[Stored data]
-- Opening Marker --
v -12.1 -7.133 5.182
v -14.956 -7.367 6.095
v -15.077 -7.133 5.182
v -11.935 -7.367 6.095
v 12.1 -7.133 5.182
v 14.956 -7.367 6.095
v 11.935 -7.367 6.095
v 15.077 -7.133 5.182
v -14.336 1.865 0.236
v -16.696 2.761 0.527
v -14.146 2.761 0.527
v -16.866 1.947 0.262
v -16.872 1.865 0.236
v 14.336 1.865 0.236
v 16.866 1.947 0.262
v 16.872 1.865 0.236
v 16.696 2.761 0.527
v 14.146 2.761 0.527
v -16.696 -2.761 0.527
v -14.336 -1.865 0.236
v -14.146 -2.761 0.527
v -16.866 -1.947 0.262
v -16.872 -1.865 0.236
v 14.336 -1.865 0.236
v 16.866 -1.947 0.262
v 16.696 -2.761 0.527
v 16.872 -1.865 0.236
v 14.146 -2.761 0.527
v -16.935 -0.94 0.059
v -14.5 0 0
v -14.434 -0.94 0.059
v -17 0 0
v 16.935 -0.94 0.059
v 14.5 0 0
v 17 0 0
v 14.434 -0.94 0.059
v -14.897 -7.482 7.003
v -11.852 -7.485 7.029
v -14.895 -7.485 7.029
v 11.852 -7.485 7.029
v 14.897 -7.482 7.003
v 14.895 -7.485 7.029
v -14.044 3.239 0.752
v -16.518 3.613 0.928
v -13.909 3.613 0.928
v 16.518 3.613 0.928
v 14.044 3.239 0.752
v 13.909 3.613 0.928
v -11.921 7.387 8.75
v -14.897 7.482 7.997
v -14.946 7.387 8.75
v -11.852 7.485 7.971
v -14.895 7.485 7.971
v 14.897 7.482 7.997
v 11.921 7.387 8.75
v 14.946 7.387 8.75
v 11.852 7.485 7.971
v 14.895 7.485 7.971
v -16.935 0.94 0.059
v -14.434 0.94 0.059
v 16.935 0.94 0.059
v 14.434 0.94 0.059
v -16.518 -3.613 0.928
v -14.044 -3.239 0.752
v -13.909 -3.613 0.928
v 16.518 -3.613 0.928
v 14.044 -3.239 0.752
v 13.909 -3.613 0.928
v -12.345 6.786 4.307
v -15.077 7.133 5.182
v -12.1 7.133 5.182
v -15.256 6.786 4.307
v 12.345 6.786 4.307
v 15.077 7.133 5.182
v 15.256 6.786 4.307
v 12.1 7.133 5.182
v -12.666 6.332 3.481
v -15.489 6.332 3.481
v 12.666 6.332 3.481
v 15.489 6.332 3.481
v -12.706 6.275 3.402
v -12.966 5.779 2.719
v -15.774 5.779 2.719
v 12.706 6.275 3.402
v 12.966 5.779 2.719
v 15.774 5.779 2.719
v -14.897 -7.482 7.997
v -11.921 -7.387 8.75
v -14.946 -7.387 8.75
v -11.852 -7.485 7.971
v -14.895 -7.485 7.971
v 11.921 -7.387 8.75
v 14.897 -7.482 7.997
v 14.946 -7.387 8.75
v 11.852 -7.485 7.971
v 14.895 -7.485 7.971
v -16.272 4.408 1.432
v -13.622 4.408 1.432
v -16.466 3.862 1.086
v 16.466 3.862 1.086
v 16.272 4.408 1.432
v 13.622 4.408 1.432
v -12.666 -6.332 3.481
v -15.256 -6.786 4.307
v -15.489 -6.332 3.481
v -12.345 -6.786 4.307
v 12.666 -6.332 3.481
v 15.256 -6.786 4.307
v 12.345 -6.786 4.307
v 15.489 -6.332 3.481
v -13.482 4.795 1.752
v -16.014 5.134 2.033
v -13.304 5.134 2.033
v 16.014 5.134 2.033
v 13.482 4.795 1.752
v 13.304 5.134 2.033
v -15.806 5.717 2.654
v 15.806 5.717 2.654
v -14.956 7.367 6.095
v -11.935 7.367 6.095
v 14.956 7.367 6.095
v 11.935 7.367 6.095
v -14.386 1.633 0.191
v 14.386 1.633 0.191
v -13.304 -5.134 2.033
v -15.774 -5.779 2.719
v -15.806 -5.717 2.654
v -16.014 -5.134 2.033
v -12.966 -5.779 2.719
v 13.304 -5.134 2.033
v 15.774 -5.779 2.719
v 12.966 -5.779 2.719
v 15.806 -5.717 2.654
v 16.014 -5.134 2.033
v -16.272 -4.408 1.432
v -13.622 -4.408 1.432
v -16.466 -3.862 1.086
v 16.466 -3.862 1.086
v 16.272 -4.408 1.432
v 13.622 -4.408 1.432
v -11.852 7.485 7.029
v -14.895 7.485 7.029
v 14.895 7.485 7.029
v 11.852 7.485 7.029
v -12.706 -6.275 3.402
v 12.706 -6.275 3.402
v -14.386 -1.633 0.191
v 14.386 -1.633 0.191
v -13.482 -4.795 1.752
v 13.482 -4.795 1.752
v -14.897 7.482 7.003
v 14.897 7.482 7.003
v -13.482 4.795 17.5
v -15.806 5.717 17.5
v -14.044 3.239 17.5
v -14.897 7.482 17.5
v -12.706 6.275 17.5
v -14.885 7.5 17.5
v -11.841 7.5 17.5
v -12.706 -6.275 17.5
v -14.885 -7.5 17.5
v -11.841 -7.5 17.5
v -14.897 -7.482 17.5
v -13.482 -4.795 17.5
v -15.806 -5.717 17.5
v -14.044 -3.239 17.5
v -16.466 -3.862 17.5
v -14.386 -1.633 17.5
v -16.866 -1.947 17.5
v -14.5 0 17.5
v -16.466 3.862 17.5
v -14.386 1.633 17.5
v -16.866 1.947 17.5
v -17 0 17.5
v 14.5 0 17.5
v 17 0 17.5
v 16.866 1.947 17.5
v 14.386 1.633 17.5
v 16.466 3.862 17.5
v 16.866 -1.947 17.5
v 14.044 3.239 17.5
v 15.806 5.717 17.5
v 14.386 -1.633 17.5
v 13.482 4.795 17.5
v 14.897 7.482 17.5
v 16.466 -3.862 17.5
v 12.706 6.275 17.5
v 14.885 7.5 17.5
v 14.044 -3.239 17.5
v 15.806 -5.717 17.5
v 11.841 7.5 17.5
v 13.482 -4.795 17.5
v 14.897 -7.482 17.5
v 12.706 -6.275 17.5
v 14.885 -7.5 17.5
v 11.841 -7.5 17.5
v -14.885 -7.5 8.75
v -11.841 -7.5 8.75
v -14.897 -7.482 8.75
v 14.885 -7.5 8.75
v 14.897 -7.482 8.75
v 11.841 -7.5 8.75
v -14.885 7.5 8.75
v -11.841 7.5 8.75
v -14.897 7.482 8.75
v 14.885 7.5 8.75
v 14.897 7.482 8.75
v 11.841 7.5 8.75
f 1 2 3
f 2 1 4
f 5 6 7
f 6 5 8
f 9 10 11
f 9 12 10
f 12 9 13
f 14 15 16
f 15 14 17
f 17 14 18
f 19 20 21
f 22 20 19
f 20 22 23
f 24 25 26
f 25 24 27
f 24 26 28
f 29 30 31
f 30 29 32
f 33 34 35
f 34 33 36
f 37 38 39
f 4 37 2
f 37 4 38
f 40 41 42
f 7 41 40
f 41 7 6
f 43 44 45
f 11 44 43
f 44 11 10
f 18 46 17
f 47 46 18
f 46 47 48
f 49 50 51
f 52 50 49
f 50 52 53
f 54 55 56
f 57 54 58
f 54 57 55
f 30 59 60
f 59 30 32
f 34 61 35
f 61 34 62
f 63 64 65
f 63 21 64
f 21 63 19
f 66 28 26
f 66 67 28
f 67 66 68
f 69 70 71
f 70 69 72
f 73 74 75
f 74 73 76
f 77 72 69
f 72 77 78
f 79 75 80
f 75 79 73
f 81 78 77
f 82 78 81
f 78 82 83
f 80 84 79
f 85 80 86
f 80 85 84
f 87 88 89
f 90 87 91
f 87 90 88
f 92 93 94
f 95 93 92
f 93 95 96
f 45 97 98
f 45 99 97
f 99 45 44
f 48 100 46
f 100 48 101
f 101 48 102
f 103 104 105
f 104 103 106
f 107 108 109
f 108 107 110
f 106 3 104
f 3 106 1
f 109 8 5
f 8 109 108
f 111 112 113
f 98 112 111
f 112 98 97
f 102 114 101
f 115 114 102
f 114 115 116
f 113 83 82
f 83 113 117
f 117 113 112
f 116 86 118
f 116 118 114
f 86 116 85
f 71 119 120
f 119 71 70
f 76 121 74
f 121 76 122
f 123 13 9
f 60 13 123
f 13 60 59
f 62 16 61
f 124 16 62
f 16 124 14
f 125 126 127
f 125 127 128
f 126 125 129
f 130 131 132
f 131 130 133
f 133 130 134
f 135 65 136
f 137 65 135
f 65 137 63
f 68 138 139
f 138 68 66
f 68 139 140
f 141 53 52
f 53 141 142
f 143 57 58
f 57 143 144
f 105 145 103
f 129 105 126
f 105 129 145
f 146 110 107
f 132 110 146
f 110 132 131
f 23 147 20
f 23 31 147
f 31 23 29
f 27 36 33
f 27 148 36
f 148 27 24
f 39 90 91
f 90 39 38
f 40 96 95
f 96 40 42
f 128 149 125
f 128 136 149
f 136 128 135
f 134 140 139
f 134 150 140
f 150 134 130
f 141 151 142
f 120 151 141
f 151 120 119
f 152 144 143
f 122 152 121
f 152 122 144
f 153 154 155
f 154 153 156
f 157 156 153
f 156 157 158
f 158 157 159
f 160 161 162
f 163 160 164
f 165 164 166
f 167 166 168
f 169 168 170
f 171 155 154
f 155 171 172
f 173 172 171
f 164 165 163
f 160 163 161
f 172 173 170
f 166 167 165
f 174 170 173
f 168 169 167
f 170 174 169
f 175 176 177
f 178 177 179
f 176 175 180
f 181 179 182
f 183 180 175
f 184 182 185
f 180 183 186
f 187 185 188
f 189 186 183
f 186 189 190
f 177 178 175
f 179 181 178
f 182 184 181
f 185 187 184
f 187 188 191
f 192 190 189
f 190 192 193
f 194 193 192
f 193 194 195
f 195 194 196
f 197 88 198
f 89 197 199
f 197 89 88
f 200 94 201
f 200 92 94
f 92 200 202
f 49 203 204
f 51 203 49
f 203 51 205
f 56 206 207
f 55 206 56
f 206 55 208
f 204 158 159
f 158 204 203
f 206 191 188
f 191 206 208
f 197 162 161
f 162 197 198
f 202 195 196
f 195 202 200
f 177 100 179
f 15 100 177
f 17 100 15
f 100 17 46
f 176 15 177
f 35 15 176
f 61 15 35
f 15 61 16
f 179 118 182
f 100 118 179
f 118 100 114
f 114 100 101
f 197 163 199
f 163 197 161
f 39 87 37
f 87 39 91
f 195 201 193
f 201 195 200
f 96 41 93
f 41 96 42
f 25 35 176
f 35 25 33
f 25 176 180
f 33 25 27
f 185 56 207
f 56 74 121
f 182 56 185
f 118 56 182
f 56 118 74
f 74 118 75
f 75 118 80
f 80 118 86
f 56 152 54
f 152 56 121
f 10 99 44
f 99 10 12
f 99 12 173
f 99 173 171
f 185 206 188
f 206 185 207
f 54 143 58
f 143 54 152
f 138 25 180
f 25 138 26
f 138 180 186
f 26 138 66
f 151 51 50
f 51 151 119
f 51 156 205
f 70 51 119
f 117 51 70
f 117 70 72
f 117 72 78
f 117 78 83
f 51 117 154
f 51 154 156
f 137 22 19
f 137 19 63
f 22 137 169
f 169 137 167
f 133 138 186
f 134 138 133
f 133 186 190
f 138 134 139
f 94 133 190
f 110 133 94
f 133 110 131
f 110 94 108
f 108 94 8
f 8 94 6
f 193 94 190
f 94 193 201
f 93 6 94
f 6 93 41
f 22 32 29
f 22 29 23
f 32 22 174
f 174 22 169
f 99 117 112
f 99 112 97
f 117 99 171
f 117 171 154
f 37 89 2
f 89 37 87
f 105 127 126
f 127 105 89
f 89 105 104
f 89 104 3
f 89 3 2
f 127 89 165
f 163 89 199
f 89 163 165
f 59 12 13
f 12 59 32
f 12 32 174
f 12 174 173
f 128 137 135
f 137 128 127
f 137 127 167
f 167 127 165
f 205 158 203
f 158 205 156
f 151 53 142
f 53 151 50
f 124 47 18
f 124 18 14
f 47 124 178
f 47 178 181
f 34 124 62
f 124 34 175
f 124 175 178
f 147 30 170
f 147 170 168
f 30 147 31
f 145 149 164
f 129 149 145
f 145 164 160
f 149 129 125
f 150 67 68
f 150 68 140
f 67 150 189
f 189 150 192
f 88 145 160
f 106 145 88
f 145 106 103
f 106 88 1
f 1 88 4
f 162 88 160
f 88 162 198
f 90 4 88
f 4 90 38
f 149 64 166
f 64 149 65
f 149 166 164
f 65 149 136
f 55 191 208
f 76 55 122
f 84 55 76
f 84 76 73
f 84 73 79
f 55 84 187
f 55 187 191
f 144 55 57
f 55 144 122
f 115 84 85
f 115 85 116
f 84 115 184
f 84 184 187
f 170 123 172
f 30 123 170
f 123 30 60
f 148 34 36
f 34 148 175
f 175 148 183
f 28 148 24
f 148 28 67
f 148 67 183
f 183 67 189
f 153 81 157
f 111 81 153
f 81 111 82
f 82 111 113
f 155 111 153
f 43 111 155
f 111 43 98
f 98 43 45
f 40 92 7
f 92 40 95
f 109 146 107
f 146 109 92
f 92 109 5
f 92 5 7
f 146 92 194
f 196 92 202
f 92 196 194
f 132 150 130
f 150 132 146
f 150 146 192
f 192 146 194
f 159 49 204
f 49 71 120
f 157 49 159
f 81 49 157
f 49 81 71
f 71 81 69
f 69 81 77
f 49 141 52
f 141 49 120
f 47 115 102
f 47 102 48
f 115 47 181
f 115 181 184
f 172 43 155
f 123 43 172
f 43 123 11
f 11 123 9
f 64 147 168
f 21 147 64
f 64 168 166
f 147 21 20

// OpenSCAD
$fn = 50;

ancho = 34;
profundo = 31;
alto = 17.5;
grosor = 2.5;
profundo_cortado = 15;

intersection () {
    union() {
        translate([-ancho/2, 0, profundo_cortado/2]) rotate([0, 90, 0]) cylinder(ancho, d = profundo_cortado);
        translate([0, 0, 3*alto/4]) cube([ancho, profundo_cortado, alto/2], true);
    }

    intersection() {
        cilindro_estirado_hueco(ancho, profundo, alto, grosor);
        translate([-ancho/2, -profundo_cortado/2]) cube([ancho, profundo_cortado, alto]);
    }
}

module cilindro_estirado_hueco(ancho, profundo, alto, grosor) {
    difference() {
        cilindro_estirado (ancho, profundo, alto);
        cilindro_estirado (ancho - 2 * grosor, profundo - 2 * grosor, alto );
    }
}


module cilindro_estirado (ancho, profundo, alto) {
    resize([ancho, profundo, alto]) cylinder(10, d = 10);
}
-- Closing Marker --
PROMPT: All lines from the opening of the records through the line where "v -14.895 -7.485 7.029" occurs are to be output verbatim. No other line belongs in the answer.

YOUR RESPONSE:
v -12.1 -7.133 5.182
v -14.956 -7.367 6.095
v -15.077 -7.133 5.182
v -11.935 -7.367 6.095
v 12.1 -7.133 5.182
v 14.956 -7.367 6.095
v 11.935 -7.367 6.095
v 15.077 -7.133 5.182
v -14.336 1.865 0.236
v -16.696 2.761 0.527
v -14.146 2.761 0.527
v -16.866 1.947 0.262
v -16.872 1.865 0.236
v 14.336 1.865 0.236
v 16.866 1.947 0.262
v 16.872 1.865 0.236
v 16.696 2.761 0.527
v 14.146 2.761 0.527
v -16.696 -2.761 0.527
v -14.336 -1.865 0.236
v -14.146 -2.761 0.527
v -16.866 -1.947 0.262
v -16.872 -1.865 0.236
v 14.336 -1.865 0.236
v 16.866 -1.947 0.262
v 16.696 -2.761 0.527
v 16.872 -1.865 0.236
v 14.146 -2.761 0.527
v -16.935 -0.94 0.059
v -14.5 0 0
v -14.434 -0.94 0.059
v -17 0 0
v 16.935 -0.94 0.059
v 14.5 0 0
v 17 0 0
v 14.434 -0.94 0.059
v -14.897 -7.482 7.003
v -11.852 -7.485 7.029
v -14.895 -7.485 7.029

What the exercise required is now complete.